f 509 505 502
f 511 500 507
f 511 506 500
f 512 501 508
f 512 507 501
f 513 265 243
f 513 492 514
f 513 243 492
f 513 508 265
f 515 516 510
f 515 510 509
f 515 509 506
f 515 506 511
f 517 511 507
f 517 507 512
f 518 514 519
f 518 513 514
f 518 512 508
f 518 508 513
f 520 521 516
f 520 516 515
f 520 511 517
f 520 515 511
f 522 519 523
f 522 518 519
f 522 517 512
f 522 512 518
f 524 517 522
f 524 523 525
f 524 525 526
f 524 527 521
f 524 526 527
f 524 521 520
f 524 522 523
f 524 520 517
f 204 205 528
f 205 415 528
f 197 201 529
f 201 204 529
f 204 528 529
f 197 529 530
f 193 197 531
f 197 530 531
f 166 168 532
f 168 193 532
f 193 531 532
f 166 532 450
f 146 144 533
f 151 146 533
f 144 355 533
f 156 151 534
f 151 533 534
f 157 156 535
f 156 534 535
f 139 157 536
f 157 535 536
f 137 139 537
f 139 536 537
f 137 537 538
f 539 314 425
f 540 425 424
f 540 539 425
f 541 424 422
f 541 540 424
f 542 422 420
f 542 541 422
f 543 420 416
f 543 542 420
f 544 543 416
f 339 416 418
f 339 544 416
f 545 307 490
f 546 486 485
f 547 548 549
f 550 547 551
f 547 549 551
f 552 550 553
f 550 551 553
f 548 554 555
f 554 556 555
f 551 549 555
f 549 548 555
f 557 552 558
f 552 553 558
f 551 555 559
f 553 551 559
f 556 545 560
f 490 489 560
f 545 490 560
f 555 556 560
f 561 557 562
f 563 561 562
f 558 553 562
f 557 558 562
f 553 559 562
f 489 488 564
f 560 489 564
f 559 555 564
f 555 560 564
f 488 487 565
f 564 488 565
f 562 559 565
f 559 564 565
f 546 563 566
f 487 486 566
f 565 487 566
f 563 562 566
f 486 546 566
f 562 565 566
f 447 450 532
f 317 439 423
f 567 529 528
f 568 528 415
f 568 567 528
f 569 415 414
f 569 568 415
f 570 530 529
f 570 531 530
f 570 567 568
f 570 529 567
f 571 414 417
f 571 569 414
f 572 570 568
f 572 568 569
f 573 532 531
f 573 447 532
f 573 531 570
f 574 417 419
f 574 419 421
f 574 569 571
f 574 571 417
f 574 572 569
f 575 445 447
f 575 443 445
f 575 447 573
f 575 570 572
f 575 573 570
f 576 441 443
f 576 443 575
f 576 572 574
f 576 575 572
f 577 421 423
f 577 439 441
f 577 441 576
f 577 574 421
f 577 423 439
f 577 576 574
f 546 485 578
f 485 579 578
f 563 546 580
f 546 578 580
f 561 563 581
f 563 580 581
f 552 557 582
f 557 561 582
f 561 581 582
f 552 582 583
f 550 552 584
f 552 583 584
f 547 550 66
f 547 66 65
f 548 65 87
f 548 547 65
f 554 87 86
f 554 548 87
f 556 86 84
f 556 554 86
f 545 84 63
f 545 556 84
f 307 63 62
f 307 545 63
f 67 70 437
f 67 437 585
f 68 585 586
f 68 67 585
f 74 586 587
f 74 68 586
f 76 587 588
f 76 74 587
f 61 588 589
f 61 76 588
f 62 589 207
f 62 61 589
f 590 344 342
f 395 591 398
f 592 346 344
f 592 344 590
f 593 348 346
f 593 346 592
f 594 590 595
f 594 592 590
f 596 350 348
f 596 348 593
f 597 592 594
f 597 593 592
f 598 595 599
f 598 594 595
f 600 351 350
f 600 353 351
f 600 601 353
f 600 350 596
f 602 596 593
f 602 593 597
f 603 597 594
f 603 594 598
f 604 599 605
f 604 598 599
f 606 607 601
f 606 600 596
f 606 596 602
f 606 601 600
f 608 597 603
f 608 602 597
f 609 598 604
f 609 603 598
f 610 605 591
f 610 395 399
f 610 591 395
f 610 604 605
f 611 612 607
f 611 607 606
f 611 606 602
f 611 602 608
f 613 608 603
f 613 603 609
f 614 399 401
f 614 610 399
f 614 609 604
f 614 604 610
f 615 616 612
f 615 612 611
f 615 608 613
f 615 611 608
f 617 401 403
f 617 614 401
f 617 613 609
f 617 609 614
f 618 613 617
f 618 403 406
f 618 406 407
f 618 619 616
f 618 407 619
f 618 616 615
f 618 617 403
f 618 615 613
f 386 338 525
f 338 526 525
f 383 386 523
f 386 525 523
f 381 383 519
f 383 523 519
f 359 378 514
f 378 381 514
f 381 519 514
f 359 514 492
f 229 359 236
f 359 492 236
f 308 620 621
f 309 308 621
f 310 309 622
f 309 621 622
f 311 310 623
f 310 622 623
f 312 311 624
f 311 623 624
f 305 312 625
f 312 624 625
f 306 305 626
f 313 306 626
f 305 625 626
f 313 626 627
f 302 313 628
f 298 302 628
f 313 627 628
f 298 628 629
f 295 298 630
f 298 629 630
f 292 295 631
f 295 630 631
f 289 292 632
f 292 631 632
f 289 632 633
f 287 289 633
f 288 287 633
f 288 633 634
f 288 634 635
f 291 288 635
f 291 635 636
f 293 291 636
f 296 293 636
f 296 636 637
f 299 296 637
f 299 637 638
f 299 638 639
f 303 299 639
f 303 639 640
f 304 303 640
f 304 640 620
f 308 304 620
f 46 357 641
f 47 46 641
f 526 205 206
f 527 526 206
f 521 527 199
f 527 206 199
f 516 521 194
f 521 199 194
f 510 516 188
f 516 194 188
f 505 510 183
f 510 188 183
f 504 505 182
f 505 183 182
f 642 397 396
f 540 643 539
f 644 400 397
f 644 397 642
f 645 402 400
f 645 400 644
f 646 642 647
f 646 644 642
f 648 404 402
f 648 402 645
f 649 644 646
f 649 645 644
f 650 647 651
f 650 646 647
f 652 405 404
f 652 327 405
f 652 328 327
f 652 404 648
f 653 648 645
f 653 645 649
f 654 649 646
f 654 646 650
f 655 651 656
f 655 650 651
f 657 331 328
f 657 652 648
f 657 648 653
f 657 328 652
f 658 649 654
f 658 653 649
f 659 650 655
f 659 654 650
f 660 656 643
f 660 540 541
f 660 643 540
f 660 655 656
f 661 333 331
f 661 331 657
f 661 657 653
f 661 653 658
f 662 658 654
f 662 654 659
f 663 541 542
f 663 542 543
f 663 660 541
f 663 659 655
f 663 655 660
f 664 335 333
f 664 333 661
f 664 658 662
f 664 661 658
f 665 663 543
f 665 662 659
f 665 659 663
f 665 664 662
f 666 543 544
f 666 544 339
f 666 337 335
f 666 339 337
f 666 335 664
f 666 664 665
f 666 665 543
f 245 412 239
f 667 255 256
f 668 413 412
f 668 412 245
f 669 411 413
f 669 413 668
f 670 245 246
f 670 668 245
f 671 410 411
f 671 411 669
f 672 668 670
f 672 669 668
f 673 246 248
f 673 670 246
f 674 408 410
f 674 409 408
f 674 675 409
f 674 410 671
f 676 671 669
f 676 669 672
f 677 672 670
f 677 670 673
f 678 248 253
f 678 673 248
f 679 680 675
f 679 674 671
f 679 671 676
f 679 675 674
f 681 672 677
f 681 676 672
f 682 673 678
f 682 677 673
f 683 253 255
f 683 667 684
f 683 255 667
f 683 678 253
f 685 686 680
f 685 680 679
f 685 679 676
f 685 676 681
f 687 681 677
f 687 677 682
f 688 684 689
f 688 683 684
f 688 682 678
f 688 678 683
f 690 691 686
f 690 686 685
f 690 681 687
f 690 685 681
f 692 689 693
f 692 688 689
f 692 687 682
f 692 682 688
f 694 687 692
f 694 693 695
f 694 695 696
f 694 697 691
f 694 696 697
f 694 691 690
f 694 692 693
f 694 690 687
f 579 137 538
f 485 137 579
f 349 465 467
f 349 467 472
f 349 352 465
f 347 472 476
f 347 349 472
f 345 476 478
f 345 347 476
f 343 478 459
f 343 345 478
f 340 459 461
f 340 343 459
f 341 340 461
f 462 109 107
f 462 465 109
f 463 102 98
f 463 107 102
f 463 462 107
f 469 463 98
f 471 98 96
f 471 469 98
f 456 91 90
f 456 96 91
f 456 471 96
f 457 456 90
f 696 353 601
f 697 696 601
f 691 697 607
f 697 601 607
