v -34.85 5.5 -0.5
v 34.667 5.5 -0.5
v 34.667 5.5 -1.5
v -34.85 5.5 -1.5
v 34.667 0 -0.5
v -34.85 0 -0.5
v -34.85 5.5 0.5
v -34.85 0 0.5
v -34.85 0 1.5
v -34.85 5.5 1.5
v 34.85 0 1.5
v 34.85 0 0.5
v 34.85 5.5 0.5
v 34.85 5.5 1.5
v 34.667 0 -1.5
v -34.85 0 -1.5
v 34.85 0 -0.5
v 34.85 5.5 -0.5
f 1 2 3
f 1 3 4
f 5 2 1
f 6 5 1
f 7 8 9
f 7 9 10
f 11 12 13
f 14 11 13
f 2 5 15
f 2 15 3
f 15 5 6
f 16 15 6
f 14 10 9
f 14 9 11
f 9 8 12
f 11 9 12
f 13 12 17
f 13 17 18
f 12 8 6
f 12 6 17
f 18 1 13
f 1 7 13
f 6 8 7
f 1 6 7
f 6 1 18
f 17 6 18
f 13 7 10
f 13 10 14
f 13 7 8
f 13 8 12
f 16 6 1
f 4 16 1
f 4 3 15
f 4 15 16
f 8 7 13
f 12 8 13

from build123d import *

# Parameters (mm, degrees)
SKETCH1_W           = 69.7
SKETCH1_H           = 5.5
BOSS_EXTRUDE1_DEPTH = 0.5
SKETCH2_W           = 69.7
SKETCH2_H           = 5.5
BOSS_EXTRUDE2_DEPTH = 1
SKETCH3_W           = 69.517480874
SKETCH3_H           = 5.5
BOSS_EXTRUDE3_DEPTH = 1


with BuildPart() as part:
    # Sketch1 → Boss-Extrude1 (new body, symmetric)
    with BuildSketch(Plane.XY):
        with Locations((0, 2.75)):
            Rectangle(SKETCH1_W, SKETCH1_H)
    extrude(amount=BOSS_EXTRUDE1_DEPTH, both=True)


with BuildPart() as body_2:
    # Sketch2 → Boss-Extrude2 (new body)
    with BuildSketch(Plane.XY.offset(0.5)):
        with Locations((0, 2.75)):
            Rectangle(SKETCH2_W, SKETCH2_H)
    extrude(amount=BOSS_EXTRUDE2_DEPTH)


with BuildPart() as body_3:
    # Sketch3 → Boss-Extrude3 (new body)
    with BuildSketch(Plane(origin=(0, 0, -0.5), x_dir=(-1, 0, 0), z_dir=(0, 0, -1))):
        with Locations((0.091259563, 2.75)):
            Rectangle(SKETCH3_W, SKETCH3_H)
    extrude(amount=BOSS_EXTRUDE3_DEPTH)


solid = Compound([part.part, body_2.part, body_3.part])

________________________________________

_TASK TO COMPLETE:_ Each line above from the one with "f 68 67 585" up to and including the one with "f 609 598 604" must be set down exactly, and no line outside that span may appear.

_EXERCISE RESULT:_
f 68 67 585
f 74 586 587
f 74 68 586
f 76 587 588
f 76 74 587
f 61 588 589
f 61 76 588
f 62 589 207
f 62 61 589
f 590 344 342
f 395 591 398
f 592 346 344
f 592 344 590
f 593 348 346
f 593 346 592
f 594 590 595
f 594 592 590
f 596 350 348
f 596 348 593
f 597 592 594
f 597 593 592
f 598 595 599
f 598 594 595
f 600 351 350
f 600 353 351
f 600 601 353
f 600 350 596
f 602 596 593
f 602 593 597
f 603 597 594
f 603 594 598
f 604 599 605
f 604 598 599
f 606 607 601
f 606 600 596
f 606 596 602
f 606 601 600
f 608 597 603
f 608 602 597
f 609 598 604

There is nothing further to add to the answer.